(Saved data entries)
···

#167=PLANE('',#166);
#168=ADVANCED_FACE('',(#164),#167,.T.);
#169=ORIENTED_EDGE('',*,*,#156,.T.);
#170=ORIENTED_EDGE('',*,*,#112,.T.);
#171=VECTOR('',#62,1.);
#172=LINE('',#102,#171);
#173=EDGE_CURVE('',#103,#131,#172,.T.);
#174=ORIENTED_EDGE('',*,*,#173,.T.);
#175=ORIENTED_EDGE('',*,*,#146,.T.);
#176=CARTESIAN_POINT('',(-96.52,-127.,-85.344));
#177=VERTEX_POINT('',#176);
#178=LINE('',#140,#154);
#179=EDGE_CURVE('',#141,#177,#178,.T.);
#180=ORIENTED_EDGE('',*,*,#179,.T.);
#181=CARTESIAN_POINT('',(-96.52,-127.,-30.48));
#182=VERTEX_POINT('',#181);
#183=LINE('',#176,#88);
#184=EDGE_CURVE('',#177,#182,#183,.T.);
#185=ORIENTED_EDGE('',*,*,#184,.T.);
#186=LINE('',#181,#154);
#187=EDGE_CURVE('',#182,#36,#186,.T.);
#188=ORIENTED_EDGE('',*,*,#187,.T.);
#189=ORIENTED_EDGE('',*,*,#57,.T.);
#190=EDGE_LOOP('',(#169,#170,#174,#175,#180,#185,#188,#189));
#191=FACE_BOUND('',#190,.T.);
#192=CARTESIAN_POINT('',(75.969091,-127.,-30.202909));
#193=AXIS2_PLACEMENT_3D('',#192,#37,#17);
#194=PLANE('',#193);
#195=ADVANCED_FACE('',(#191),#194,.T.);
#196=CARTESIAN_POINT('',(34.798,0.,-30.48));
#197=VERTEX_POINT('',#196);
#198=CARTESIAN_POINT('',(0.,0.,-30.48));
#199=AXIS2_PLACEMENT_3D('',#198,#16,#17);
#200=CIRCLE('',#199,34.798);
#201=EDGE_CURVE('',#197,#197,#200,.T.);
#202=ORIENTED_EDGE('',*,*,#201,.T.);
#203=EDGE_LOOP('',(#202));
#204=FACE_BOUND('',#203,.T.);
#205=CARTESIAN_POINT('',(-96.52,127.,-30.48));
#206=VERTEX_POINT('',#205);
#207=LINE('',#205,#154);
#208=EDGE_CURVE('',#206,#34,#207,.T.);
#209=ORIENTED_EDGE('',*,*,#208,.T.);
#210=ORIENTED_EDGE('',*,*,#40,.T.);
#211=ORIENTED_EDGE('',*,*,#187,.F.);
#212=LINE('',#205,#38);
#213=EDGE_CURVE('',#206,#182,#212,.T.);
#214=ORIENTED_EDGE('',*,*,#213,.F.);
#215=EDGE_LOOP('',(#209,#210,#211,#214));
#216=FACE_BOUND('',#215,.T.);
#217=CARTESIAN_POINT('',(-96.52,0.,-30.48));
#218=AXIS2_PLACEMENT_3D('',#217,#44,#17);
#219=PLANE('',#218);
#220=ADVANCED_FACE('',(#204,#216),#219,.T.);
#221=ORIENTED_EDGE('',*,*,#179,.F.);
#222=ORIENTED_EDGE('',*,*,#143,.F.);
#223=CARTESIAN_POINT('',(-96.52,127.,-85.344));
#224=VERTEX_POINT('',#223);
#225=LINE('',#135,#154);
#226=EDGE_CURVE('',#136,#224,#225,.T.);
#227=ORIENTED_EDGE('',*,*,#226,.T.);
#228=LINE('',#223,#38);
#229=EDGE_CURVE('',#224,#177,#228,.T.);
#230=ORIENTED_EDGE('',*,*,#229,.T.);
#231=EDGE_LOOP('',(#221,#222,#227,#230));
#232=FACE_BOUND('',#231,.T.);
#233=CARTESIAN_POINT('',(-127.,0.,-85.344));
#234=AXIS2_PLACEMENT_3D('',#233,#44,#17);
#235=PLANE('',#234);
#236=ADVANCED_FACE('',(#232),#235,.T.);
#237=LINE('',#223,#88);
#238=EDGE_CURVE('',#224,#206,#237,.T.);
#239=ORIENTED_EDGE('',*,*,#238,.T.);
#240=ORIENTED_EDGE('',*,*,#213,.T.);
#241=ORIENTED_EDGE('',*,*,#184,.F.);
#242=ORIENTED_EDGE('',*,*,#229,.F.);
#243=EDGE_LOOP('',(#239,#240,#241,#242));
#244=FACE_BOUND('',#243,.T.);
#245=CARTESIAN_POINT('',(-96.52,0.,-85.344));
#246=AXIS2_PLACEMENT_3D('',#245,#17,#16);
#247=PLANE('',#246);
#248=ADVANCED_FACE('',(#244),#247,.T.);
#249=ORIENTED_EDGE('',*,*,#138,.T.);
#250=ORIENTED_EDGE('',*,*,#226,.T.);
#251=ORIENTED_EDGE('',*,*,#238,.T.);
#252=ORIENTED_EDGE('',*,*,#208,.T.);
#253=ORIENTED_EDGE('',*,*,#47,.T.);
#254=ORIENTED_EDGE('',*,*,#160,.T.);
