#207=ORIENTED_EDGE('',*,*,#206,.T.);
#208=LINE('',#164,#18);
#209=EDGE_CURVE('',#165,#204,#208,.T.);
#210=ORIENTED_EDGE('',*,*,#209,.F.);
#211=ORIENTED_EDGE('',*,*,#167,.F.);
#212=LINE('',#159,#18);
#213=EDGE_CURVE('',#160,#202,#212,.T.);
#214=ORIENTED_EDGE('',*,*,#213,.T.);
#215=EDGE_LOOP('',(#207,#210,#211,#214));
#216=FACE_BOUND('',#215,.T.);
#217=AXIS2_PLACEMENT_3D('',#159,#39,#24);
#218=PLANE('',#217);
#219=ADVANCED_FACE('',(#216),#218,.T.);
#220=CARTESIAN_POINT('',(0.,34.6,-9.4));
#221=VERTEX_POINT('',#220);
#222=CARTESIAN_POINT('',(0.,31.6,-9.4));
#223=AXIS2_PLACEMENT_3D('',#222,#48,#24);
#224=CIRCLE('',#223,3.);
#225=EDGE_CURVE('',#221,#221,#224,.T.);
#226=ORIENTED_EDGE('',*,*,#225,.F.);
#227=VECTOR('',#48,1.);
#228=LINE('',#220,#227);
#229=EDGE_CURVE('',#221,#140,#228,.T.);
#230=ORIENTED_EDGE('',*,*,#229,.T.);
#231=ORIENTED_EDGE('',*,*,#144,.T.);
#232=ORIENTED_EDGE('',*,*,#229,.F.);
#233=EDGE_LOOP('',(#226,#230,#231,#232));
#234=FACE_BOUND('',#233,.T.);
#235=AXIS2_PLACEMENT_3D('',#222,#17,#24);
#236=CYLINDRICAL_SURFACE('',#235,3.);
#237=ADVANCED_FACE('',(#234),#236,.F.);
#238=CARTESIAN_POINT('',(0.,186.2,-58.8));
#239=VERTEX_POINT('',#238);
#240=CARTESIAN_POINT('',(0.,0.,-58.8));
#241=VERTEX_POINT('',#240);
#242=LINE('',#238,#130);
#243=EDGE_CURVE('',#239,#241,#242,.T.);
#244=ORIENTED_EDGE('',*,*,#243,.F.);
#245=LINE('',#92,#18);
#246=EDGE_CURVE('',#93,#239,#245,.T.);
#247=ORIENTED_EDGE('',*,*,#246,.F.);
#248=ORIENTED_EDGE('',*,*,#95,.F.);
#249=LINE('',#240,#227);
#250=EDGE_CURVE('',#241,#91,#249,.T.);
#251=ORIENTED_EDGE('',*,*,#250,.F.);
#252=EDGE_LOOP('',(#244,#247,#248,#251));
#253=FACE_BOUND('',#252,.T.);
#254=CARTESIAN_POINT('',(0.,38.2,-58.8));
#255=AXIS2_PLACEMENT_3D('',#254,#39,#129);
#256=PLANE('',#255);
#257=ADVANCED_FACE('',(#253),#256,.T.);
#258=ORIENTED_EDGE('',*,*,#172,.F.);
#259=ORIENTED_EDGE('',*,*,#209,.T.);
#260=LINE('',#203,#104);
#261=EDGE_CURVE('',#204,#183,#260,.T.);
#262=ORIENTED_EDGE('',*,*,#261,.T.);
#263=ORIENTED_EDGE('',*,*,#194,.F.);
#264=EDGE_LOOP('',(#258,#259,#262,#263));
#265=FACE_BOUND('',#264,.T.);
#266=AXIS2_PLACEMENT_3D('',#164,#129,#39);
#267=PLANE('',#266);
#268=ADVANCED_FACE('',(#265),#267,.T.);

···

(What you will do) Exactly the lines from the one containing "#229=EDGE_CURVE('',#221,#140,#228,.T.);" through the final line of the records above are needed, copied word for word.

(Output)
#229=EDGE_CURVE('',#221,#140,#228,.T.);
#230=ORIENTED_EDGE('',*,*,#229,.T.);
#231=ORIENTED_EDGE('',*,*,#144,.T.);
#232=ORIENTED_EDGE('',*,*,#229,.F.);
#233=EDGE_LOOP('',(#226,#230,#231,#232));
#234=FACE_BOUND('',#233,.T.);
#235=AXIS2_PLACEMENT_3D('',#222,#17,#24);
#236=CYLINDRICAL_SURFACE('',#235,3.);
#237=ADVANCED_FACE('',(#234),#236,.F.);
#238=CARTESIAN_POINT('',(0.,186.2,-58.8));
#239=VERTEX_POINT('',#238);
#240=CARTESIAN_POINT('',(0.,0.,-58.8));
#241=VERTEX_POINT('',#240);
#242=LINE('',#238,#130);
#243=EDGE_CURVE('',#239,#241,#242,.T.);
#244=ORIENTED_EDGE('',*,*,#243,.F.);
#245=LINE('',#92,#18);
#246=EDGE_CURVE('',#93,#239,#245,.T.);
#247=ORIENTED_EDGE('',*,*,#246,.F.);
#248=ORIENTED_EDGE('',*,*,#95,.F.);
#249=LINE('',#240,#227);
#250=EDGE_CURVE('',#241,#91,#249,.T.);
#251=ORIENTED_EDGE('',*,*,#250,.F.);
#252=EDGE_LOOP('',(#244,#247,#248,#251));
#253=FACE_BOUND('',#252,.T.);
#254=CARTESIAN_POINT('',(0.,38.2,-58.8));
#255=AXIS2_PLACEMENT_3D('',#254,#39,#129);
#256=PLANE('',#255);
#257=ADVANCED_FACE('',(#253),#256,.T.);
#258=ORIENTED_EDGE('',*,*,#172,.F.);
#259=ORIENTED_EDGE('',*,*,#209,.T.);
#260=LINE('',#203,#104);
#261=EDGE_CURVE('',#204,#183,#260,.T.);
#262=ORIENTED_EDGE('',*,*,#261,.T.);
#263=ORIENTED_EDGE('',*,*,#194,.F.);
#264=EDGE_LOOP('',(#258,#259,#262,#263));
#265=FACE_BOUND('',#264,.T.);
#266=AXIS2_PLACEMENT_3D('',#164,#129,#39);
#267=PLANE('',#266);
#268=ADVANCED_FACE('',(#265),#267,.T.);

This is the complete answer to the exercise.